## TASK BRIEF:
Write out exactly the lines from the first line of the records below through the line that contains "e38 v5 v36 LINE", and stop there.
### SOURCE MATERIAL ###
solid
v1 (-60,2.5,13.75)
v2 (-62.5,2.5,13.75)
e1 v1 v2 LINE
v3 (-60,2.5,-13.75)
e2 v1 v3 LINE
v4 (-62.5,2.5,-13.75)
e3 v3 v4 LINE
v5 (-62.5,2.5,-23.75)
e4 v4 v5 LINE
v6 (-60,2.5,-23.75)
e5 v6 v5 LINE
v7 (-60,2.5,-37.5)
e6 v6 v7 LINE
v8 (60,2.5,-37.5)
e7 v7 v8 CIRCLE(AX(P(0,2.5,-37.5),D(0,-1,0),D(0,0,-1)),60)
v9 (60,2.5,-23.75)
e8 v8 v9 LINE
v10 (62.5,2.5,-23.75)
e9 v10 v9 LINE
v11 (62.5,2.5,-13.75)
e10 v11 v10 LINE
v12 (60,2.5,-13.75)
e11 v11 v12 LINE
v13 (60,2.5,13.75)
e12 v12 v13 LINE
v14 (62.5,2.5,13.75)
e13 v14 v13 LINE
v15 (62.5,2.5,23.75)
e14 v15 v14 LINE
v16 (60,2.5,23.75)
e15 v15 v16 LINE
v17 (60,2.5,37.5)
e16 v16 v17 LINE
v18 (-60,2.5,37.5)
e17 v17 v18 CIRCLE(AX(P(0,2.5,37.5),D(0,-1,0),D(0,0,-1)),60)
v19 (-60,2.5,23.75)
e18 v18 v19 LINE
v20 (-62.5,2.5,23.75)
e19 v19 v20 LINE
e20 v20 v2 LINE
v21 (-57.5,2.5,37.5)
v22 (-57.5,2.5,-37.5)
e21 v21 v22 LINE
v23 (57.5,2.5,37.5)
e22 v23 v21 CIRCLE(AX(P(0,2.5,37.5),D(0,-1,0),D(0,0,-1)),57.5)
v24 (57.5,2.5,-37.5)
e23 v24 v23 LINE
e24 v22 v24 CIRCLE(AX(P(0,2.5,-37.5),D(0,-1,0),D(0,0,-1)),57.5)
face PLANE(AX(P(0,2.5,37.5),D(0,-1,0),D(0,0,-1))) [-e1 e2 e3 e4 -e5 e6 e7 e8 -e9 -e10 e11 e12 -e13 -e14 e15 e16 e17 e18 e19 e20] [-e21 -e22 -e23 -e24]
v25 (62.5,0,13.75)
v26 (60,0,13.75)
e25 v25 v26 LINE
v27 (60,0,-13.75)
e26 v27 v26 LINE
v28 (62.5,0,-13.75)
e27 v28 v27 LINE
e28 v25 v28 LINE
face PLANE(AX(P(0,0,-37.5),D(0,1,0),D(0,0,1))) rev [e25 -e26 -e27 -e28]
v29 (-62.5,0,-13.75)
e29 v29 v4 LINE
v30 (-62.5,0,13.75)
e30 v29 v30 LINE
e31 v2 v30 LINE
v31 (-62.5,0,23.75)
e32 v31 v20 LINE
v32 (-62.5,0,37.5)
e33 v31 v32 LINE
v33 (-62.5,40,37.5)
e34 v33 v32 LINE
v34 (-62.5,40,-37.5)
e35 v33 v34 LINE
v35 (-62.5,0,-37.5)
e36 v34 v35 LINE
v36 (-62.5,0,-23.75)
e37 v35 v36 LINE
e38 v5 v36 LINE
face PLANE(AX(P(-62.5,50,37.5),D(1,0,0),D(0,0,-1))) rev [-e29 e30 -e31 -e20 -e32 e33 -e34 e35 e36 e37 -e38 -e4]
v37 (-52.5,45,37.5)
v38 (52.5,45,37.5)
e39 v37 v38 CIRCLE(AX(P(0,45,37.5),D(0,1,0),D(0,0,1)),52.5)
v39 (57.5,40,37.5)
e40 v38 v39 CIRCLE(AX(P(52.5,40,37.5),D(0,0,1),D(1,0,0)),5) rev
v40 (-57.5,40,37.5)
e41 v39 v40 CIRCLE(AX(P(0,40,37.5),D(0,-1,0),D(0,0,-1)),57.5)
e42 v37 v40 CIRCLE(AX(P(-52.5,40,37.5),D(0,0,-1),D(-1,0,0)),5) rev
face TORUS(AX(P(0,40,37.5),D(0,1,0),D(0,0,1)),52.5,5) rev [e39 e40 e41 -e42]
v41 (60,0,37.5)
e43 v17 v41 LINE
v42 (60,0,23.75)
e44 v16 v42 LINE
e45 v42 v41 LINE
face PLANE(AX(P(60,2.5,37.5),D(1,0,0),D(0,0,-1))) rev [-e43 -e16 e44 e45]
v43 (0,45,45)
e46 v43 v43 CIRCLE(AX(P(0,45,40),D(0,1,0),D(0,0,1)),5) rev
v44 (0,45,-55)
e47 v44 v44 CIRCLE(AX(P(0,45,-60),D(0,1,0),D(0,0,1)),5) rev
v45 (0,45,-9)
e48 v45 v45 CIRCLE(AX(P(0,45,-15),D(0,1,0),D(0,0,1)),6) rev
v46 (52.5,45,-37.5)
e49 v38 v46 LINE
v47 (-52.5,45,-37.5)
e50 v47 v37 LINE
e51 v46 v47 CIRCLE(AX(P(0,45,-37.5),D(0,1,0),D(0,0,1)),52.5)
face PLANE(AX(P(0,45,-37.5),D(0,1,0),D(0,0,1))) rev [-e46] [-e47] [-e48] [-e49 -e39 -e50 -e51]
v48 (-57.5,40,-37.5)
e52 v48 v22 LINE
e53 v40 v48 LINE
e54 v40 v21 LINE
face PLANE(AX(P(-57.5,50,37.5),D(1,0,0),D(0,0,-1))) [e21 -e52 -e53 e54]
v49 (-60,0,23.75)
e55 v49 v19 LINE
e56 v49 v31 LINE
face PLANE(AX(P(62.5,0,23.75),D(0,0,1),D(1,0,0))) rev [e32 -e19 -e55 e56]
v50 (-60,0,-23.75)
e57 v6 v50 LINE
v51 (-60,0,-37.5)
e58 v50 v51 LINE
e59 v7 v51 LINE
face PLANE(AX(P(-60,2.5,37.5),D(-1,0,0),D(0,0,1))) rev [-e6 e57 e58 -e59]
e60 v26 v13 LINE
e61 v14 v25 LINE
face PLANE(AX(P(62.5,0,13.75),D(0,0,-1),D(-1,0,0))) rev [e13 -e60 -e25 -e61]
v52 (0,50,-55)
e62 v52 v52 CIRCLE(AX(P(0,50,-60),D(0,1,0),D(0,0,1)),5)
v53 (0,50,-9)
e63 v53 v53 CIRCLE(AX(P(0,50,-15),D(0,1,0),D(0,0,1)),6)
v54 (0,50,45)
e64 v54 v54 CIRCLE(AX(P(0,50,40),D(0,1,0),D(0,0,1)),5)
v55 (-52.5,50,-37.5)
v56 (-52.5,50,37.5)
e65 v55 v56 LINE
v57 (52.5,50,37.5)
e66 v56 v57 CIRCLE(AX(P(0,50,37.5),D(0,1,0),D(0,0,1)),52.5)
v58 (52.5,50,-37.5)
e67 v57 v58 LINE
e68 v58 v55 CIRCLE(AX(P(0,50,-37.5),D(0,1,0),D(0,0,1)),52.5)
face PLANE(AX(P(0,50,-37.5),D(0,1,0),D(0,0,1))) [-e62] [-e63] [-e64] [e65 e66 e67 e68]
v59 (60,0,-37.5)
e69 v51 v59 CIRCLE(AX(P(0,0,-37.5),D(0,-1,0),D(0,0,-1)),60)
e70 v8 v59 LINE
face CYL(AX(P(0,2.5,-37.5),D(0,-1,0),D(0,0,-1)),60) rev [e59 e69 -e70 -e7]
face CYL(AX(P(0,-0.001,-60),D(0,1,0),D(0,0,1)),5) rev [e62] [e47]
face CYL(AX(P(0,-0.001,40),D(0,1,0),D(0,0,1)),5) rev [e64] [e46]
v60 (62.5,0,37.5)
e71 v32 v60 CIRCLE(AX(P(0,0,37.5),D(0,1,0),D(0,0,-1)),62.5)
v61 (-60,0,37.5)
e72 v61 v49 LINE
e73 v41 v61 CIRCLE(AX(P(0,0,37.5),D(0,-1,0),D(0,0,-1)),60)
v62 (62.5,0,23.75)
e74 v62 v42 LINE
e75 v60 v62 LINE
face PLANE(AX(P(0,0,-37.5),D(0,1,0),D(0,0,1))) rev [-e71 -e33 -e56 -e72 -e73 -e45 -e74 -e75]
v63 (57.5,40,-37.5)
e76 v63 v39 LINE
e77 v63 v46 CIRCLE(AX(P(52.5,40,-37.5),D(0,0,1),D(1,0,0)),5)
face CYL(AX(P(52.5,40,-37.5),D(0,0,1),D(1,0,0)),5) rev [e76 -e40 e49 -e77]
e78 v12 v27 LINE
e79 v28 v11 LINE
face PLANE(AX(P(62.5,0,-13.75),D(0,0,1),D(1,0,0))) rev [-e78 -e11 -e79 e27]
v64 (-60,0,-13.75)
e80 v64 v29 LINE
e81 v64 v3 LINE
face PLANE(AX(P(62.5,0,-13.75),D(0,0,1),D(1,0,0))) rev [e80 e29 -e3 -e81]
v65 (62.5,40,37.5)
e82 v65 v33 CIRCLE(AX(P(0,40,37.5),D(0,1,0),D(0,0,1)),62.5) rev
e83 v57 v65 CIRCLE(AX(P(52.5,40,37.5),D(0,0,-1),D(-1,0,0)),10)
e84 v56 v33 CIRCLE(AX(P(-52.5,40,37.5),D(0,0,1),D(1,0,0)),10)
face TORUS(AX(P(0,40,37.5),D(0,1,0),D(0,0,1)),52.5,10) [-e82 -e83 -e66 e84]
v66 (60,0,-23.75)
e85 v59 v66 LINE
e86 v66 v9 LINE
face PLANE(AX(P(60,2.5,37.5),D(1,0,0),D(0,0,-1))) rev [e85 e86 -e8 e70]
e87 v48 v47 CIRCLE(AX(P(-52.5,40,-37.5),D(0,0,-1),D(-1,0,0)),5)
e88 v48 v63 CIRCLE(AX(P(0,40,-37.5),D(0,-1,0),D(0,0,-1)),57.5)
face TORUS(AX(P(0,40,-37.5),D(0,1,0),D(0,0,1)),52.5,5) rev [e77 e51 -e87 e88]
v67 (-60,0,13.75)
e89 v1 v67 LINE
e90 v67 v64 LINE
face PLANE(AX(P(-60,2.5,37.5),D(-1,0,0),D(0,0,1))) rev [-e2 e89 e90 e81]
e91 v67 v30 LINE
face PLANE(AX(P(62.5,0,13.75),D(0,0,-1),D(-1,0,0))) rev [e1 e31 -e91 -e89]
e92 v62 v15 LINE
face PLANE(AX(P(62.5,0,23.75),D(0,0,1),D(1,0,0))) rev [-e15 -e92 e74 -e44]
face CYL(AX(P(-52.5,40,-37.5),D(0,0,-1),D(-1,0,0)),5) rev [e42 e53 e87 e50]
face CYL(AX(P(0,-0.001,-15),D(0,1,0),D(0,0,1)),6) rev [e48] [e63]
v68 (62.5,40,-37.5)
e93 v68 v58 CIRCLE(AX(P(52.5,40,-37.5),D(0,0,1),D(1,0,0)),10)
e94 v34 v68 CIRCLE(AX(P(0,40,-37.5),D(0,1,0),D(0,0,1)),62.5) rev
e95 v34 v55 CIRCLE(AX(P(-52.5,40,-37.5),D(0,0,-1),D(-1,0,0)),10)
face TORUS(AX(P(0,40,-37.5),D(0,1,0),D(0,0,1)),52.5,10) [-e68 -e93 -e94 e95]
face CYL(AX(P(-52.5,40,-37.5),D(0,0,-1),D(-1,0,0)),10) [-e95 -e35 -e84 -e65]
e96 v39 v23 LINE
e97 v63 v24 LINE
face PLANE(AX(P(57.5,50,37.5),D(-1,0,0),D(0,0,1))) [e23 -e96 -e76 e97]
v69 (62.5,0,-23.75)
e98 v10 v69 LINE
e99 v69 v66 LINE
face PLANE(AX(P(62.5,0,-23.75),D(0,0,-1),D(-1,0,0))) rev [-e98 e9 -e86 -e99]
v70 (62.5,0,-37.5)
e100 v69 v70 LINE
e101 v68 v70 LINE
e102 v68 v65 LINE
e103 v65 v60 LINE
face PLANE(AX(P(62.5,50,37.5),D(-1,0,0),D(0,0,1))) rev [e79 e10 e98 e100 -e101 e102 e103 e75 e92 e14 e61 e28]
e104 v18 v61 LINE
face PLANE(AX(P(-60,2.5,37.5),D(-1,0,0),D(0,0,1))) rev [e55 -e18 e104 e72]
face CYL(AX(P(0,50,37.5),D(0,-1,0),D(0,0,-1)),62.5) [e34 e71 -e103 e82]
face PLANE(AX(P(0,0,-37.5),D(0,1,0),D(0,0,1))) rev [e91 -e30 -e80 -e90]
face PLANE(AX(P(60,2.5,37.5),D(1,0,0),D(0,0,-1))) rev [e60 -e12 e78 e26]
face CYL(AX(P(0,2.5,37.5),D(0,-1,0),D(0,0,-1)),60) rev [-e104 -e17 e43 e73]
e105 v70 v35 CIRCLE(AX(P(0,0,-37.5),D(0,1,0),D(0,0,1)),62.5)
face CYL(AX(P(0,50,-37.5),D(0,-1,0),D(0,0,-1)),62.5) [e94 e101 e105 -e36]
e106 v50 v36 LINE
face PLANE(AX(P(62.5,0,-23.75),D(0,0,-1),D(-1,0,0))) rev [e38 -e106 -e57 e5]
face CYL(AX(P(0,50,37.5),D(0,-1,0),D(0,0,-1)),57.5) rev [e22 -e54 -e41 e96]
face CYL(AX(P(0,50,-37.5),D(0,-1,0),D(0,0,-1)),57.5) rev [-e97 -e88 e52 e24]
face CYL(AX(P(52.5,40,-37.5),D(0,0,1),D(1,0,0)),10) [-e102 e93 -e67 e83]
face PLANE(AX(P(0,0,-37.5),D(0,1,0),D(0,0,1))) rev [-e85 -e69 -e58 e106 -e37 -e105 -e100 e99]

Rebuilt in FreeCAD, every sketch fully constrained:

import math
import FreeCAD as App
import Part
import Sketcher


def edges_at(feature, points):
    """Names of the edges that pass closest to the given points."""
    edges = feature.Shape.Edges
    near = lambda p: min(range(len(edges)), key=lambda i: edges[i].distToShape(Part.Vertex(*p))[0])
    return sorted({f"Edge{near(p) + 1}" for p in points})


def faces_at(feature, points):
    """Names of the faces that lie closest to the given points."""
    faces = feature.Shape.Faces
    near = lambda p: min(range(len(faces)), key=lambda i: faces[i].distToShape(Part.Vertex(*p))[0])
    return sorted({f"Face{near(p) + 1}" for p in points})

doc = App.newDocument("Part")
body = doc.addObject("PartDesign::Body", "Body")

sketch1 = body.newObject("Sketcher::SketchObject", "Sketch")
sketch1.AttachmentSupport = (doc.getObject("XZ_Plane"), [""])
sketch1.MapMode = "FlatFace"
sketch1.addGeometry([
    Part.LineSegment(App.Vector(-62.5, -37.5, 0), App.Vector(-62.5, 37.5, 0)),
    Part.ArcOfCircle(Part.Circle(App.Vector(0, 37.5, 0), App.Vector(0, 0, 1), 62.5), math.radians(0), math.radians(180)),
    Part.LineSegment(App.Vector(62.5, 37.5, 0), App.Vector(62.5, -37.5, 0)),
    Part.ArcOfCircle(Part.Circle(App.Vector(0, -37.5, 0), App.Vector(0, 0, 1), 62.5), math.radians(180), math.radians(360)),
], False)
sketch1.addConstraint([
    Sketcher.Constraint("Tangent", 0, 2, 1, 2),
    Sketcher.Constraint("Tangent", 1, 1, 2, 1),
    Sketcher.Constraint("Tangent", 2, 2, 3, 2),
    Sketcher.Constraint("Tangent", 3, 1, 0, 1),
    Sketcher.Constraint("Vertical", 0),
    Sketcher.Constraint("Vertical", 2),
    Sketcher.Constraint("Symmetric", 1, 3, 3, 3, -1, 1),
    Sketcher.Constraint("Radius", 1, 62.5),
    Sketcher.Constraint("DistanceY", 0, 1, 0, 2, 75.0),
])
pad1 = body.newObject("PartDesign::Pad", "Pad")
pad1.Profile = sketch1
pad1.Length = 50
pad1.Reversed = True
doc.recompute()

fillet = body.newObject("PartDesign::Fillet", "Fillet")
fillet.Base = (pad1, edges_at(pad1, [
    (0, 50, 100),
    (62.5, 50, 0),
    (0, 50, -100),
    (-62.5, 50, 0),
]))
fillet.Radius = 10
doc.recompute()

thickness = body.newObject("PartDesign::Thickness", "Thickness")
thickness.Base = (fillet, faces_at(fillet, [(0, 0, 0)]))
thickness.Value = 5
thickness.Reversed = True
thickness.Join = "Intersection"

sketch2 = body.newObject("Sketcher::SketchObject", "Sketch001")
sketch2.AttachmentSupport = (doc.getObject("XZ_Plane"), [""])
sketch2.MapMode = "FlatFace"
sketch2.addGeometry([
    Part.LineSegment(App.Vector(-60, 37.5, 0), App.Vector(-60, -37.5, 0)),
    Part.ArcOfCircle(Part.Circle(App.Vector(0, -37.5, 0), App.Vector(0, 0, 1), 60), math.radians(180), math.radians(360)),
    Part.LineSegment(App.Vector(60, -37.5, 0), App.Vector(60, 37.5, 0)),
    Part.ArcOfCircle(Part.Circle(App.Vector(0, 37.5, 0), App.Vector(0, 0, 1), 60), math.radians(0), math.radians(180)),
], False)
sketch2.addConstraint([
    Sketcher.Constraint("Tangent", 0, 2, 1, 1),
    Sketcher.Constraint("Tangent", 1, 2, 2, 1),
    Sketcher.Constraint("Tangent", 2, 2, 3, 1),
    Sketcher.Constraint("Tangent", 3, 2, 0, 1),
    Sketcher.Constraint("Vertical", 0),
    Sketcher.Constraint("Vertical", 2),
    Sketcher.Constraint("Symmetric", 1, 3, 3, 3, -1, 1),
###
## SOLUTION TO THIS EXERCISE:
solid
v1 (-60,2.5,13.75)
v2 (-62.5,2.5,13.75)
e1 v1 v2 LINE
v3 (-60,2.5,-13.75)
e2 v1 v3 LINE
v4 (-62.5,2.5,-13.75)
e3 v3 v4 LINE
v5 (-62.5,2.5,-23.75)
e4 v4 v5 LINE
v6 (-60,2.5,-23.75)
e5 v6 v5 LINE
v7 (-60,2.5,-37.5)
e6 v6 v7 LINE
v8 (60,2.5,-37.5)
e7 v7 v8 CIRCLE(AX(P(0,2.5,-37.5),D(0,-1,0),D(0,0,-1)),60)
v9 (60,2.5,-23.75)
e8 v8 v9 LINE
v10 (62.5,2.5,-23.75)
e9 v10 v9 LINE
v11 (62.5,2.5,-13.75)
e10 v11 v10 LINE
v12 (60,2.5,-13.75)
e11 v11 v12 LINE
v13 (60,2.5,13.75)
e12 v12 v13 LINE
v14 (62.5,2.5,13.75)
e13 v14 v13 LINE
v15 (62.5,2.5,23.75)
e14 v15 v14 LINE
v16 (60,2.5,23.75)
e15 v15 v16 LINE
v17 (60,2.5,37.5)
e16 v16 v17 LINE
v18 (-60,2.5,37.5)
e17 v17 v18 CIRCLE(AX(P(0,2.5,37.5),D(0,-1,0),D(0,0,-1)),60)
v19 (-60,2.5,23.75)
e18 v18 v19 LINE
v20 (-62.5,2.5,23.75)
e19 v19 v20 LINE
e20 v20 v2 LINE
v21 (-57.5,2.5,37.5)
v22 (-57.5,2.5,-37.5)
e21 v21 v22 LINE
v23 (57.5,2.5,37.5)
e22 v23 v21 CIRCLE(AX(P(0,2.5,37.5),D(0,-1,0),D(0,0,-1)),57.5)
v24 (57.5,2.5,-37.5)
e23 v24 v23 LINE
e24 v22 v24 CIRCLE(AX(P(0,2.5,-37.5),D(0,-1,0),D(0,0,-1)),57.5)
face PLANE(AX(P(0,2.5,37.5),D(0,-1,0),D(0,0,-1))) [-e1 e2 e3 e4 -e5 e6 e7 e8 -e9 -e10 e11 e12 -e13 -e14 e15 e16 e17 e18 e19 e20] [-e21 -e22 -e23 -e24]
v25 (62.5,0,13.75)
v26 (60,0,13.75)
e25 v25 v26 LINE
v27 (60,0,-13.75)
e26 v27 v26 LINE
v28 (62.5,0,-13.75)
e27 v28 v27 LINE
e28 v25 v28 LINE
face PLANE(AX(P(0,0,-37.5),D(0,1,0),D(0,0,1))) rev [e25 -e26 -e27 -e28]
v29 (-62.5,0,-13.75)
e29 v29 v4 LINE
v30 (-62.5,0,13.75)
e30 v29 v30 LINE
e31 v2 v30 LINE
v31 (-62.5,0,23.75)
e32 v31 v20 LINE
v32 (-62.5,0,37.5)
e33 v31 v32 LINE
v33 (-62.5,40,37.5)
e34 v33 v32 LINE
v34 (-62.5,40,-37.5)
e35 v33 v34 LINE
v35 (-62.5,0,-37.5)
e36 v34 v35 LINE
v36 (-62.5,0,-23.75)
e37 v35 v36 LINE
e38 v5 v36 LINE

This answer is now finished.